Dataset entries:
BEGIN
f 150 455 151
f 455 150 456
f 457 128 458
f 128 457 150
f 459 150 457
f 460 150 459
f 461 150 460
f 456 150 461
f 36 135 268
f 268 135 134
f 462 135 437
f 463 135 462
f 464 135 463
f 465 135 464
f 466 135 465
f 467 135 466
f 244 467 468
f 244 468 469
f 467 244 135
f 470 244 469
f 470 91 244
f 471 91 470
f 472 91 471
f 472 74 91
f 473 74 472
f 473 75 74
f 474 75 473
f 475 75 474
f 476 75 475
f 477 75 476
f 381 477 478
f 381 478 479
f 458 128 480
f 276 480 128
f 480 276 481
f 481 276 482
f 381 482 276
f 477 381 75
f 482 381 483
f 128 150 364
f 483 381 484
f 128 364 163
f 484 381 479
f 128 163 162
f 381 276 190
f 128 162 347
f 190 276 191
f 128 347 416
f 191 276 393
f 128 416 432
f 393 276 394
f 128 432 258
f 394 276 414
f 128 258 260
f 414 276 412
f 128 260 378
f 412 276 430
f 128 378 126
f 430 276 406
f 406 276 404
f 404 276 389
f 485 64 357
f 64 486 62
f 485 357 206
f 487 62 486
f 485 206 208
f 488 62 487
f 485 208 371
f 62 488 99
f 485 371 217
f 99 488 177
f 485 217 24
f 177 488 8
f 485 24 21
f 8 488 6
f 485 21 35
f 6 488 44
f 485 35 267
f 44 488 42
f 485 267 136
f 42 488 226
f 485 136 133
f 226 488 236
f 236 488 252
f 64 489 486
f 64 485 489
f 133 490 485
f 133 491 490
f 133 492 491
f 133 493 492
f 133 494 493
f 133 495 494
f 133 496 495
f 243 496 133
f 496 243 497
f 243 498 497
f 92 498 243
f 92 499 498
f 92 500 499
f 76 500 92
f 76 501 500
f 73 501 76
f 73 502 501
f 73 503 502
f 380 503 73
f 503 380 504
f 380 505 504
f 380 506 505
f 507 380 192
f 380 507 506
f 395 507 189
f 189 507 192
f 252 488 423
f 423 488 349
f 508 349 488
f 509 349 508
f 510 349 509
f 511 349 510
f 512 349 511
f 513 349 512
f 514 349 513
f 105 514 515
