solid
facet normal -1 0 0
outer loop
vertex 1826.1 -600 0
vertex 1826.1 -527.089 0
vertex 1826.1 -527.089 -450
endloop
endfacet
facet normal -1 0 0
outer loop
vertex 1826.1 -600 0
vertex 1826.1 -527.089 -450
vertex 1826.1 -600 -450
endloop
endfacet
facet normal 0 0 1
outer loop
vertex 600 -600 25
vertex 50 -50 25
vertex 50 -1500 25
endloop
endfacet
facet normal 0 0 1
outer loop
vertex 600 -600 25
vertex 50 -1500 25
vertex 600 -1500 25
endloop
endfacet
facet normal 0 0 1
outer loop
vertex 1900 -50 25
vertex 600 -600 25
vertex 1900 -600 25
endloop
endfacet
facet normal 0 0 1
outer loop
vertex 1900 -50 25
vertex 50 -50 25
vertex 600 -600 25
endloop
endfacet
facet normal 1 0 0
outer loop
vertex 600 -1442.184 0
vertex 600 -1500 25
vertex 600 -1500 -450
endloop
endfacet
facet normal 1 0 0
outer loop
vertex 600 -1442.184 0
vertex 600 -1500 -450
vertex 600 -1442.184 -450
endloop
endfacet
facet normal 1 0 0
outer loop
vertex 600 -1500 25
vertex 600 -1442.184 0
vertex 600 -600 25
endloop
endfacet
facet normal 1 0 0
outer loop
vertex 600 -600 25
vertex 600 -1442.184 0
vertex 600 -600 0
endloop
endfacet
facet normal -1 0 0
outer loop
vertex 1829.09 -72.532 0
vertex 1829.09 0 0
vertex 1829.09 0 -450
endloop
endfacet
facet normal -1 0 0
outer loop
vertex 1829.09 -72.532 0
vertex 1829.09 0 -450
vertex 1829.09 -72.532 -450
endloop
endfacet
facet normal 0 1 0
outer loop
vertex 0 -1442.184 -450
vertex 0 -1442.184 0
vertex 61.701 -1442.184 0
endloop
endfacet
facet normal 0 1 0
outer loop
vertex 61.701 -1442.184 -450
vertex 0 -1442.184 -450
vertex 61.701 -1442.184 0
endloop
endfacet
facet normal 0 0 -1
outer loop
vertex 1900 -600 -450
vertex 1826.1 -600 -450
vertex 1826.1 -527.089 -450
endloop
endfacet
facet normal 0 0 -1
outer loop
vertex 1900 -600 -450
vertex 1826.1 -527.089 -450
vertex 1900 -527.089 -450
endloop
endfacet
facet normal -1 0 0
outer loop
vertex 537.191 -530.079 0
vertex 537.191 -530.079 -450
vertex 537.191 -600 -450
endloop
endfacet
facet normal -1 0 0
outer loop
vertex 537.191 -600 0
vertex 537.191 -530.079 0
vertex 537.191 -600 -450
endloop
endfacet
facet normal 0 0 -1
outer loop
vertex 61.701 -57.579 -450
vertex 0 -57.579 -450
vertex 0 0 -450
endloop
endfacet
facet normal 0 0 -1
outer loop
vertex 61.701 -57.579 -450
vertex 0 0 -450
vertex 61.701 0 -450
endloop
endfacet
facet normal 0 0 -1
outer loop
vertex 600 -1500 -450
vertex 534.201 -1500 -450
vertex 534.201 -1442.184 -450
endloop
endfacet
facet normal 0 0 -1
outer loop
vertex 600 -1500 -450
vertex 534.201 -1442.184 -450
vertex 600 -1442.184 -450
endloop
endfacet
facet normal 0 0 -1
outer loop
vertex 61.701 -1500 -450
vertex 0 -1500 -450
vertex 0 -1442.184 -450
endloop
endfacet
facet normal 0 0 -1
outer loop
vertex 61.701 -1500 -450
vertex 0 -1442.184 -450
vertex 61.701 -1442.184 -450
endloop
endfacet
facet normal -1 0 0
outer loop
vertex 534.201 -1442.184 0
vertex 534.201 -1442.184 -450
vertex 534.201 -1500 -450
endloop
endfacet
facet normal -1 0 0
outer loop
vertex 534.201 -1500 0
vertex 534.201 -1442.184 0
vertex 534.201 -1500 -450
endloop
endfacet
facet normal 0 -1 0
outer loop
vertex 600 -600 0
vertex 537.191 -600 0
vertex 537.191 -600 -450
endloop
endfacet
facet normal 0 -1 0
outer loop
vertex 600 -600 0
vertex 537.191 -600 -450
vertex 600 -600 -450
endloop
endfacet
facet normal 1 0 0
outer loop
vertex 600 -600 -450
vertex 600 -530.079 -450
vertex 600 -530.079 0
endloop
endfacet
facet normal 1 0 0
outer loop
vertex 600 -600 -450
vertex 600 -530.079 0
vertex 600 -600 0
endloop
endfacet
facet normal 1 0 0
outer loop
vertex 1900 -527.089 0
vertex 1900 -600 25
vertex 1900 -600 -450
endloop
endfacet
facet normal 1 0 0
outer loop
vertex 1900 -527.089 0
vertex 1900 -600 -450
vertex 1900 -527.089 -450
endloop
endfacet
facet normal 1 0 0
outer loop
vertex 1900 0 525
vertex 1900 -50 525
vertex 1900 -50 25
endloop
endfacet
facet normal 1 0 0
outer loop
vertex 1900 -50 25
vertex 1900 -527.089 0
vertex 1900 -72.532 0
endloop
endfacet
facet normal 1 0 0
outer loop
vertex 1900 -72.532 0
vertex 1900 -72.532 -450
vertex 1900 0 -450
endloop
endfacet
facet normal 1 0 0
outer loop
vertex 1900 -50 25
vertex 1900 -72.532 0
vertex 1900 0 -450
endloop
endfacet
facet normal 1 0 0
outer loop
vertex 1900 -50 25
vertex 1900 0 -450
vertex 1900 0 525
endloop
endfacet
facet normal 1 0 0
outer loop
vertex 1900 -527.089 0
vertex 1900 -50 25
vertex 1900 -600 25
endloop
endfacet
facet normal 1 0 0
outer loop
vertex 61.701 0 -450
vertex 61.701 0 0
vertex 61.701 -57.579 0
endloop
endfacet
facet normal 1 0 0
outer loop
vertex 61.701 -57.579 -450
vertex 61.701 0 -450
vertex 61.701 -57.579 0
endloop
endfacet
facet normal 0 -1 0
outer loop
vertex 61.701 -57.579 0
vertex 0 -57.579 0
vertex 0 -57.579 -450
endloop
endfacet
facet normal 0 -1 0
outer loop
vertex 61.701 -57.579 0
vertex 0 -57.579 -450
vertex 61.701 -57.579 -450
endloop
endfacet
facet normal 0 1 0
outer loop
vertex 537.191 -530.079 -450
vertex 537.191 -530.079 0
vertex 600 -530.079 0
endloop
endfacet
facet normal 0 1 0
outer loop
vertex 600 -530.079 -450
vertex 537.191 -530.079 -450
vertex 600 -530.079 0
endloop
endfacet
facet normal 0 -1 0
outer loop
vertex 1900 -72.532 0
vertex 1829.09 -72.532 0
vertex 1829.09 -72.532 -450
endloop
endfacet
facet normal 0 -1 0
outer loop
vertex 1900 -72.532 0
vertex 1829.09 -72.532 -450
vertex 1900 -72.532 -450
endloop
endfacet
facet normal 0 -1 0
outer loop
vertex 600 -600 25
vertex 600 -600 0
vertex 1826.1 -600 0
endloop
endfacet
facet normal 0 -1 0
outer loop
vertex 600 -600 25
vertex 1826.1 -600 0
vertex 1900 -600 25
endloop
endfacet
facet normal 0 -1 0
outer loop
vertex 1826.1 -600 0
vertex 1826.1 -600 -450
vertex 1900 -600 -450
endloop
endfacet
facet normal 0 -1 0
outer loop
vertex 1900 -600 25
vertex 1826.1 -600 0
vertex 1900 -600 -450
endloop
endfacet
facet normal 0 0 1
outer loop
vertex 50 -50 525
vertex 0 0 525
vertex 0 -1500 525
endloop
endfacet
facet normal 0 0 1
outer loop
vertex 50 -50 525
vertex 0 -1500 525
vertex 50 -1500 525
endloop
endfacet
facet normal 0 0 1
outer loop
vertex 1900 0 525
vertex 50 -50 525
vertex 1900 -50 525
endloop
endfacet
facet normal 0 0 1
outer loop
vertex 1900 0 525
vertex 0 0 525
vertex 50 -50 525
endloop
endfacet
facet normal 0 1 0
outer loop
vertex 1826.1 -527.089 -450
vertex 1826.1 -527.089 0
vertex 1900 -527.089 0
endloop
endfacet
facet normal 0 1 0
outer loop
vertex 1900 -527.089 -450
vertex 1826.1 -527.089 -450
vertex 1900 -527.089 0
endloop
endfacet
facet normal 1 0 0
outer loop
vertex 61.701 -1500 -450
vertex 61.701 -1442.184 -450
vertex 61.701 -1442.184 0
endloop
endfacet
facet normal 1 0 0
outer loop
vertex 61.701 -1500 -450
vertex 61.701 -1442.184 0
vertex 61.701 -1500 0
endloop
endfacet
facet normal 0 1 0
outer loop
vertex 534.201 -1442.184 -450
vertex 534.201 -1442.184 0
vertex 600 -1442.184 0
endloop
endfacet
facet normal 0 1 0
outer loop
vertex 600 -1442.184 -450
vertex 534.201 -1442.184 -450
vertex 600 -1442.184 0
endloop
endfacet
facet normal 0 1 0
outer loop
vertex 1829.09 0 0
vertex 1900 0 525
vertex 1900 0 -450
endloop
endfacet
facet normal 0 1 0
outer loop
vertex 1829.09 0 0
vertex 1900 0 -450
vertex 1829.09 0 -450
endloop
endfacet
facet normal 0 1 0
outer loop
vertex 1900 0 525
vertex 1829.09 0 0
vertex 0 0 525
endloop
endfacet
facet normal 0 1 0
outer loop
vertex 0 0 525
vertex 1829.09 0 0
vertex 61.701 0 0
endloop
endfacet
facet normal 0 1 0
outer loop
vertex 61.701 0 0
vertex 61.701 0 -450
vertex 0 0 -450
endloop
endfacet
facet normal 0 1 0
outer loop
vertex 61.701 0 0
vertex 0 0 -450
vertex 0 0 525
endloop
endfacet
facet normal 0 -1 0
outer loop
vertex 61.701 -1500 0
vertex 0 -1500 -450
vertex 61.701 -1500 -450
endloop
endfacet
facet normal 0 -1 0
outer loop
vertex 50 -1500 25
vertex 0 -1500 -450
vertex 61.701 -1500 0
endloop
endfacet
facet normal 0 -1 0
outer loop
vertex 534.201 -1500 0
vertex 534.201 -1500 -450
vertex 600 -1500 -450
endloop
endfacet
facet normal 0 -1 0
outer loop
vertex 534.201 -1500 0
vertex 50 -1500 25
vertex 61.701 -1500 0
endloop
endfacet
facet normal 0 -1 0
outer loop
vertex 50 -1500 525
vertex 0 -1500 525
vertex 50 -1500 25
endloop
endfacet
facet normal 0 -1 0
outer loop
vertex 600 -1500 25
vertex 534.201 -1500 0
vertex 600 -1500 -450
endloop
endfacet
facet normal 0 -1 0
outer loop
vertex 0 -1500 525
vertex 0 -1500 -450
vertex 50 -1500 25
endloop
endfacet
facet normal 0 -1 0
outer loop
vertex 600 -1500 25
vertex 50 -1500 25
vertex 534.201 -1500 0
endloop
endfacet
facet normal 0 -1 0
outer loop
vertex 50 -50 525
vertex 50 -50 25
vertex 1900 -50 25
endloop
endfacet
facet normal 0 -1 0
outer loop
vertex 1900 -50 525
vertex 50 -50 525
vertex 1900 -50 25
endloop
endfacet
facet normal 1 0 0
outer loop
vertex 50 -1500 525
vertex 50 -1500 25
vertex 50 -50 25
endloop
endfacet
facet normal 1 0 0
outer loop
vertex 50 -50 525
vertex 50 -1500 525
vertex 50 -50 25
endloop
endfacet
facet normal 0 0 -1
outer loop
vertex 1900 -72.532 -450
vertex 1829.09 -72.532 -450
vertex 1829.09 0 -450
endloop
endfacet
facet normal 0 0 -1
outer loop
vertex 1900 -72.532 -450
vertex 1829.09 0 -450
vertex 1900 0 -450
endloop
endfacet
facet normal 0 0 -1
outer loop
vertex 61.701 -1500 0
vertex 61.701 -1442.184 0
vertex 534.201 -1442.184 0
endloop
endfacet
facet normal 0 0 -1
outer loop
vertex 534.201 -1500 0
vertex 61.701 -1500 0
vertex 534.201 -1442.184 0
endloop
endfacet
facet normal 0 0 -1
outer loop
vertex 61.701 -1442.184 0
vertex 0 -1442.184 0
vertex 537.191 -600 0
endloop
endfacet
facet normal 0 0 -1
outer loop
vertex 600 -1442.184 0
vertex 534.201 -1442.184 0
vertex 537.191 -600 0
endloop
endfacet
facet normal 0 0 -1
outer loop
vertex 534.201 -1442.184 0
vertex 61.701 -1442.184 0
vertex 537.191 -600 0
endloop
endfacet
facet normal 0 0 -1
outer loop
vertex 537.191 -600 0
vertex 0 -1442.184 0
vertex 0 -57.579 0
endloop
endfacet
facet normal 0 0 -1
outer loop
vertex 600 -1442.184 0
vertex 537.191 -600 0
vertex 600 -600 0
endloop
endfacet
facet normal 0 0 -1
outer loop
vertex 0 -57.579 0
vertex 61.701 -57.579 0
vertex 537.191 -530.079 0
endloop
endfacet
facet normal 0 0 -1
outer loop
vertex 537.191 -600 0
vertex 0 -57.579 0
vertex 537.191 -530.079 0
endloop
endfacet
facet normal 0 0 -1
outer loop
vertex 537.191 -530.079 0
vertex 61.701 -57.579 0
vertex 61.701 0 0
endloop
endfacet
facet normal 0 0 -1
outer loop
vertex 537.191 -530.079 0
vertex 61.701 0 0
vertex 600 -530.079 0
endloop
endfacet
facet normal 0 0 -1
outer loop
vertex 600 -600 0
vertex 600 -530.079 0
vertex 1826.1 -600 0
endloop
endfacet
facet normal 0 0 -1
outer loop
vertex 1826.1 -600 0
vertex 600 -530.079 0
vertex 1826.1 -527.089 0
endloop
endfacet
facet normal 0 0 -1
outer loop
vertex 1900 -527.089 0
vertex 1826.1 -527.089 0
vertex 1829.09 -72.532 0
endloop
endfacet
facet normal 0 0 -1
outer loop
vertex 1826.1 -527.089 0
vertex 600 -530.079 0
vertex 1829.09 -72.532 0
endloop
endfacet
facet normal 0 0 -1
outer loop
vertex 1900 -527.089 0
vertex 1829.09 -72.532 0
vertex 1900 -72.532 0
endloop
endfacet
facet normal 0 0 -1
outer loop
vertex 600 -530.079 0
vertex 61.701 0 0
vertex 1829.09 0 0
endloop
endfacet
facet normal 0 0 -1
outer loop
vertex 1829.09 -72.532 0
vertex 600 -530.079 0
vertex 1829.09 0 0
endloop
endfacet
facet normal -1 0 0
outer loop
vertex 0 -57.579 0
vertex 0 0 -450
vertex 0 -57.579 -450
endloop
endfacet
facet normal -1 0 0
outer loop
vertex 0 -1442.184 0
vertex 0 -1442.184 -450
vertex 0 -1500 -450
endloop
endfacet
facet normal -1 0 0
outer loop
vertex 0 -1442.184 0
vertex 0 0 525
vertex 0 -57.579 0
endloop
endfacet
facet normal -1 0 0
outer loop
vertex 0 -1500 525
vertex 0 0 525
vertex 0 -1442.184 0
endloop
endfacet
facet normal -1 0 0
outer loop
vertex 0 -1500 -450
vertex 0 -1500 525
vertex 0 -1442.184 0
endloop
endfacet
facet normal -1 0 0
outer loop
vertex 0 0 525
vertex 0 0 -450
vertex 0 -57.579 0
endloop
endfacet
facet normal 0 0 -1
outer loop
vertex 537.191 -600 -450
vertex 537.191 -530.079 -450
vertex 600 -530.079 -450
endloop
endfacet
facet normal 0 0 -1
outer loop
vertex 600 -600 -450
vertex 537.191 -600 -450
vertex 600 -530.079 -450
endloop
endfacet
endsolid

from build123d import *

# Parameters (mm, degrees)
F1_DEPTH = 25
F3_DEPTH = 500
F4_W     = 61.7009438574
F4_H     = 57.8163862228
F4_W_2   = 65.7990336418
F4_W_3   = 62.8085494041
F4_H_2   = 69.920873642
F4_H_3   = 57.5791224837
F4_W_4   = 73.9003658295
F4_H_4   = 72.9114174843
F4_W_5   = 70.9098815918
F4_H_5   = 72.5316330791
F5_DEPTH = 450


with BuildPart() as f1:
    # F0 (on Top) → F1 (new body)
    with BuildSketch(Plane.XY):
        Polygon((1900, 0), (0, 0), (0, -600), (0, -1500), (600, -1500), (600, -600), (1900, -600), align=None)
    extrude(amount=F1_DEPTH)

    # F2 (on face) → F3 (join)
    with BuildSketch(Plane.XY.offset(25)):
        Polygon((1900, -50), (1900, 0), (0, 0), (0, -50), (0, -231.5181791782), (0, -1500), (50, -1500), (50, -50), align=None)
    extrude(amount=F3_DEPTH)

    # F4 (on face) → F5 (join)
    with BuildSketch(Plane(origin=(0, 0, 0), x_dir=(1, 0, 0), z_dir=(0, 0, -1))):
        with Locations((30.8504719287, 1471.0918068886)):
            Rectangle(F4_W, F4_H)
        with Locations((567.1004831791, 1471.0918068886)):
            Rectangle(F4_W_2, F4_H)
        with Locations((568.5957252979, 565.039563179)):
            Rectangle(F4_W_3, F4_H_2)
        with Locations((30.8504719287, 28.7895612419)):
            Rectangle(F4_W, F4_H_3)
        with Locations((1863.0498170853, 563.5442912579)):
            Rectangle(F4_W_4, F4_H_4)
        with Locations((1864.5450592041, 36.2658165395)):
            Rectangle(F4_W_5, F4_H_5)
    extrude(amount=F5_DEPTH)


solid = f1.part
END
### [Aim of the task]
Extract exactly the leading lines of the data, stopping at and including the line with "f 430 276 406".

### [Finished task]
f 150 455 151
f 455 150 456
f 457 128 458
f 128 457 150
f 459 150 457
f 460 150 459
f 461 150 460
f 456 150 461
f 36 135 268
f 268 135 134
f 462 135 437
f 463 135 462
f 464 135 463
f 465 135 464
f 466 135 465
f 467 135 466
f 244 467 468
f 244 468 469
f 467 244 135
f 470 244 469
f 470 91 244
f 471 91 470
f 472 91 471
f 472 74 91
f 473 74 472
f 473 75 74
f 474 75 473
f 475 75 474
f 476 75 475
f 477 75 476
f 381 477 478
f 381 478 479
f 458 128 480
f 276 480 128
f 480 276 481
f 481 276 482
f 381 482 276
f 477 381 75
f 482 381 483
f 128 150 364
f 483 381 484
f 128 364 163
f 484 381 479
f 128 163 162
f 381 276 190
f 128 162 347
f 190 276 191
f 128 347 416
f 191 276 393
f 128 416 432
f 393 276 394
f 128 432 258
f 394 276 414
f 128 258 260
f 414 276 412
f 128 260 378
f 412 276 430
f 128 378 126
f 430 276 406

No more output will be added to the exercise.